When I debug it, the value of model_name is'model', which does not contain '.', and the code findsmodel_name in the dictionary state_dict.

if checkpoint is not None:
        state_dict = checkpoint["state_dict"]
        if len([k for k in state_dict.keys() if '.' in k]) > 0:
            state_dict = {k[len(model_name) + 1:]: v for k, v in state_dict.items()
                          if k.startswith(f'{model_name}.')}
        else:
            if '.' not in model_name:
                state_dict = state_dict[model_name]
            else:
                base_model_name = model_name.split('.')[0]
                rest_model_name = model_name[len(base_model_name) + 1:]
                state_dict = {
                    k[len(rest_model_name) + 1:]: v for k, v in state_dict[base_model_name].items()
                    if k.startswith(f'{rest_model_name}.')}

However, the value "model" is not included in state_dict image

and It seems that setting work_dir in config.yaml doesn't work because work_dir is automatically set to checkpoints/"--exp_name" in hparams.py

Zain-Jiang commented 1 year ago

@Linghuxc hh, I find the reason.

The FluentSpeech model we provide is in the following link https://drive.google.com/drive/folders/1saqpWc4vrSgUZvRvHkf2QbwWSikMTyoo?usp=sharing, and the checkpoint's name is model_ckpt_steps_568000.ckpt. Runing the inference code also needs a pre-trained HifiGAN Vocoder provided in https://drive.google.com/drive/folders/1n_0tROauyiAYGUDbmoQ__eqyT_G4RvjN?usp=sharing, and the checkpoint's name is model_ckpt_steps_2168000.ckpt.

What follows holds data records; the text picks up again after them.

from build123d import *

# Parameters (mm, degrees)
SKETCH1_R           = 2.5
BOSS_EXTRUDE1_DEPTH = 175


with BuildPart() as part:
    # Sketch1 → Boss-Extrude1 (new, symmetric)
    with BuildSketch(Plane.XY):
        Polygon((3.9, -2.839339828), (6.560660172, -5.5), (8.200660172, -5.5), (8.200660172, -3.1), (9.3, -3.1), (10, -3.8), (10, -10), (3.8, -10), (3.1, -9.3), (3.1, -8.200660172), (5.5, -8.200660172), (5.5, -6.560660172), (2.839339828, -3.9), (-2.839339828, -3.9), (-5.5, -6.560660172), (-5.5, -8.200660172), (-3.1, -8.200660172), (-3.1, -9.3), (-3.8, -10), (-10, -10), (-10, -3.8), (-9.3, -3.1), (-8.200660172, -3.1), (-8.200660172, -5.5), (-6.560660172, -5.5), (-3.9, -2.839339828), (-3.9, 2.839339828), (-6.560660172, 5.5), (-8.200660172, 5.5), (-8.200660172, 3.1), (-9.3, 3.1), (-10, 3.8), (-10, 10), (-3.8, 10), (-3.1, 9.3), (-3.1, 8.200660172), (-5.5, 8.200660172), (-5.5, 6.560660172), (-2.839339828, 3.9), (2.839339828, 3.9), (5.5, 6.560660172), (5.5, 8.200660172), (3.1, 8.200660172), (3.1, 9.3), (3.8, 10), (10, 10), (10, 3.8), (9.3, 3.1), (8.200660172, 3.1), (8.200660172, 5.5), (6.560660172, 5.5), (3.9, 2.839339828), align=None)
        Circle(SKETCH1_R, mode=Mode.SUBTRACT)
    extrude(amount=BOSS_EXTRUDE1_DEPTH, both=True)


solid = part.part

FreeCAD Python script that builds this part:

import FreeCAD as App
import Part
import Sketcher


def add_polygon(sketch, points):
    """Adds a closed chain of lines whose ends are joined by coincident constraints."""
    first, n = sketch.GeometryCount, len(points)
    for a, b in zip(points, points[1:] + points[:1]):
        sketch.addGeometry(Part.LineSegment(App.Vector(*a, 0), App.Vector(*b, 0)), False)
    for i in range(n):
        sketch.addConstraint(Sketcher.Constraint("Coincident", first + i, 2, first + (i + 1) % n, 1))

doc = App.newDocument("Part")
params = doc.addObject("Spreadsheet::Sheet", "Params")
for row, (alias, value) in enumerate([
    ("sketch1_diameter", "5 mm"),
    ("sketch1_width", "6.2 mm"),
    ("sketch1_width2", "2.4 mm"),
    ("sketch1_width3", "1.64 mm"),
    ("pad1_length", "350 mm"),
], start=1):
    params.set(f"A{row}", alias)
    params.set(f"B{row}", "=" + value)
    params.setAlias(f"B{row}", alias)

body = doc.addObject("PartDesign::Body", "Body")

# Sketch on XY plane
sketch1 = body.newObject("Sketcher::SketchObject", "Sketch")
sketch1.AttachmentSupport = (doc.getObject("XY_Plane"), [""])
sketch1.MapMode = "FlatFace"
add_polygon(sketch1, [(6.6, -5.5), (3.9, -2.8), (3.9, 2.8), (6.6, 5.5), (8.2, 5.5), (8.2, 3.1), (9.3, 3.1), (10, 3.8), (10, 10), (3.8, 10), (3.1, 9.3), (3.1, 8.2), (5.5, 8.2), (5.5, 6.6), (2.8, 3.9), (-2.8, 3.9), (-5.5, 6.6), (-5.5, 8.2), (-3.1, 8.2), (-3.1, 9.3), (-3.8, 10), (-10, 10), (-10, 3.8), (-9.3, 3.1), (-8.2, 3.1), (-8.2, 5.5), (-6.6, 5.5), (-3.9, 2.8), (-3.9, -2.8), (-6.6, -5.5), (-8.2, -5.5), (-8.2, -3.1), (-9.3, -3.1), (-10, -3.8), (-10, -10), (-3.8, -10), (-3.1, -9.3), (-3.1, -8.2), (-5.5, -8.2), (-5.5, -6.6), (-2.8, -3.9), (2.8, -3.9), (5.5, -6.6), (5.5, -8.2), (3.1, -8.2), (3.1, -9.3), (3.8, -10), (10, -10), (10, -3.8), (9.3, -3.1), (8.2, -3.1), (8.2, -5.5)])  # lines 0-51
sketch1.addGeometry(Part.Circle(App.Vector(0, 0, 0), App.Vector(0, 0, 1), 2.5), False)  # 52
sketch1.addConstraint([
    Sketcher.Constraint("Vertical", 1),
    Sketcher.Constraint("Horizontal", 3),
    Sketcher.Constraint("Vertical", 4),
    Sketcher.Constraint("Horizontal", 5),
    Sketcher.Constraint("Vertical", 7),
    Sketcher.Constraint("Horizontal", 8),
    Sketcher.Constraint("Vertical", 10),
    Sketcher.Constraint("Horizontal", 11),
    Sketcher.Constraint("Vertical", 12),
    Sketcher.Constraint("Horizontal", 14),
    Sketcher.Constraint("Vertical", 16),
    Sketcher.Constraint("Horizontal", 17),
    Sketcher.Constraint("Vertical", 18),
    Sketcher.Constraint("Horizontal", 20),
    Sketcher.Constraint("Vertical", 21),
    Sketcher.Constraint("Horizontal", 23),
    Sketcher.Constraint("Vertical", 24),
    Sketcher.Constraint("Horizontal", 25),
    Sketcher.Constraint("Vertical", 27),
    Sketcher.Constraint("Horizontal", 29),
    Sketcher.Constraint("Vertical", 30),
    Sketcher.Constraint("Horizontal", 31),
    Sketcher.Constraint("Vertical", 33),
    Sketcher.Constraint("Horizontal", 34),
    Sketcher.Constraint("Vertical", 36),
    Sketcher.Constraint("Horizontal", 37),
    Sketcher.Constraint("Vertical", 38),
    Sketcher.Constraint("Horizontal", 40),
    Sketcher.Constraint("Vertical", 42),
    Sketcher.Constraint("Horizontal", 43),
    Sketcher.Constraint("Vertical", 44),
    Sketcher.Constraint("Horizontal", 46),
    Sketcher.Constraint("Vertical", 47),
    Sketcher.Constraint("Horizontal", 49),
    Sketcher.Constraint("Vertical", 50),
    Sketcher.Constraint("Horizontal", 51),
    Sketcher.Constraint("Coincident", 52, 3, -1, 1),
    Sketcher.Constraint("Symmetric", 0, 2, 26, 2, -1, 1),
    Sketcher.Constraint("Symmetric", 2, 2, 28, 2, -1, 1),
    Sketcher.Constraint("Symmetric", 4, 2, 30, 2, -1, 1),
    Sketcher.Constraint("Symmetric", 6, 2, 32, 2, -1, 1),
    Sketcher.Constraint("Symmetric", 8, 2, 34, 2, -1, 1),
    Sketcher.Constraint("Symmetric", 9, 2, 35, 2, -1, 1),
    Sketcher.Constraint("Symmetric", 11, 2, 37, 2, -1, 1),
    Sketcher.Constraint("Symmetric", 13, 2, 39, 2, -1, 1),
    Sketcher.Constraint("Symmetric", 15, 2, 41, 2, -1, 1),
    Sketcher.Constraint("Symmetric", 17, 2, 43, 2, -1, 1),
    Sketcher.Constraint("Symmetric", 19, 2, 45, 2, -1, 1),
    Sketcher.Constraint("Symmetric", 21, 2, 47, 2, -1, 1),
    Sketcher.Constraint("Symmetric", 22, 2, 48, 2, -1, 1),
    Sketcher.Constraint("Symmetric", 24, 2, 50, 2, -1, 1),
    Sketcher.Constraint("Symmetric", 12, 2, 15, 2, -2),
    Sketcher.Constraint("Symmetric", 10, 2, 17, 2, -2),
    Sketcher.Constraint("Symmetric", 8, 2, 19, 2, -2),
    Sketcher.Constraint("Symmetric", 6, 2, 21, 2, -2),
    Sketcher.Constraint("Symmetric", 5, 2, 22, 2, -2),
    Sketcher.Constraint("Symmetric", 3, 2, 24, 2, -2),
    Sketcher.Constraint("Perpendicular", 0, 2),
    Sketcher.Constraint("Parallel", 2, 6),
    Sketcher.Constraint("Parallel", 6, 9),
    Sketcher.Constraint("Parallel", 9, 13),
    Sketcher.Constraint("Perpendicular", 13, 15),
    Sketcher.Constraint("Parallel", 15, 19),
    Sketcher.Constraint("Parallel", 19, 22),
    Sketcher.Constraint("Parallel", 22, 26),
    Sketcher.Constraint("Perpendicular", 26, 28),
    Sketcher.Constraint("Parallel", 28, 32),
    Sketcher.Constraint("Parallel", 35, 39),
    Sketcher.Constraint("Perpendicular", 39, 41),
    Sketcher.Constraint("Parallel", 41, 45),
    Sketcher.Constraint("Horizontal", 1, 2, 26, 2),
    Sketcher.Constraint("Equal", 40, 1),
    Sketcher.Constraint("Equal", 43, 4),
    Sketcher.Constraint("Equal", 46, 7),
    Sketcher.Constraint("Equal", 49, 10),
    Sketcher.Constraint("Equal", 51, 12),
    Sketcher.Constraint("Equal", 6, 9),
    Sketcher.Constraint("Equal", 2, 13),
    Sketcher.Constraint("Diameter", 52, 5.0),
    Sketcher.Constraint("DistanceX", 8, 2, 8, 1, 6.2),
    Sketcher.Constraint("DistanceX", 11, 1, 11, 2, 2.4),
    Sketcher.Constraint("DistanceX", -1, 1, 6, 2, 10.0),
    Sketcher.Constraint("DistanceX", 3, 1, 3, 2, 1.64),
    Sketcher.Constraint("DistanceX", -1, 1, 0, 2, 3.9),
    Sketcher.Constraint("DistanceY", -1, 1, 2, 2, 5.5),
    Sketcher.Constraint("DistanceX", 5, 1, 5, 2, 1.09934),
])
sketch1.setExpression("Constraints[130]", "Params.sketch1_diameter")
sketch1.setExpression("Constraints[131]", "Params.sketch1_width")
sketch1.setExpression("Constraints[132]", "Params.sketch1_width2")
sketch1.setExpression("Constraints[134]", "Params.sketch1_width3")
pad1 = body.newObject("PartDesign::Pad", "Pad")
pad1.Profile = sketch1
pad1.setExpression("Length", "Params.pad1_length")
pad1.Midplane = True

doc.recompute()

Perhaps you have loaded HifiGAN to FluentSpeech.

FluentSpeech is used to edit the mel-spec and HifiGAN is the vocoder we used to transform mel-spec to wavform. I'm sure that if you load the model correctly, you can freely enjoy the beauty of speech editing.

Linghuxc commented 1 year ago

@Zain-Jiang Oh! yes,I loaded the model incorrectly! Now I can successfully generate the edited audio. Thank you very much for your help! I am very sorry to delay your time due to my negligence!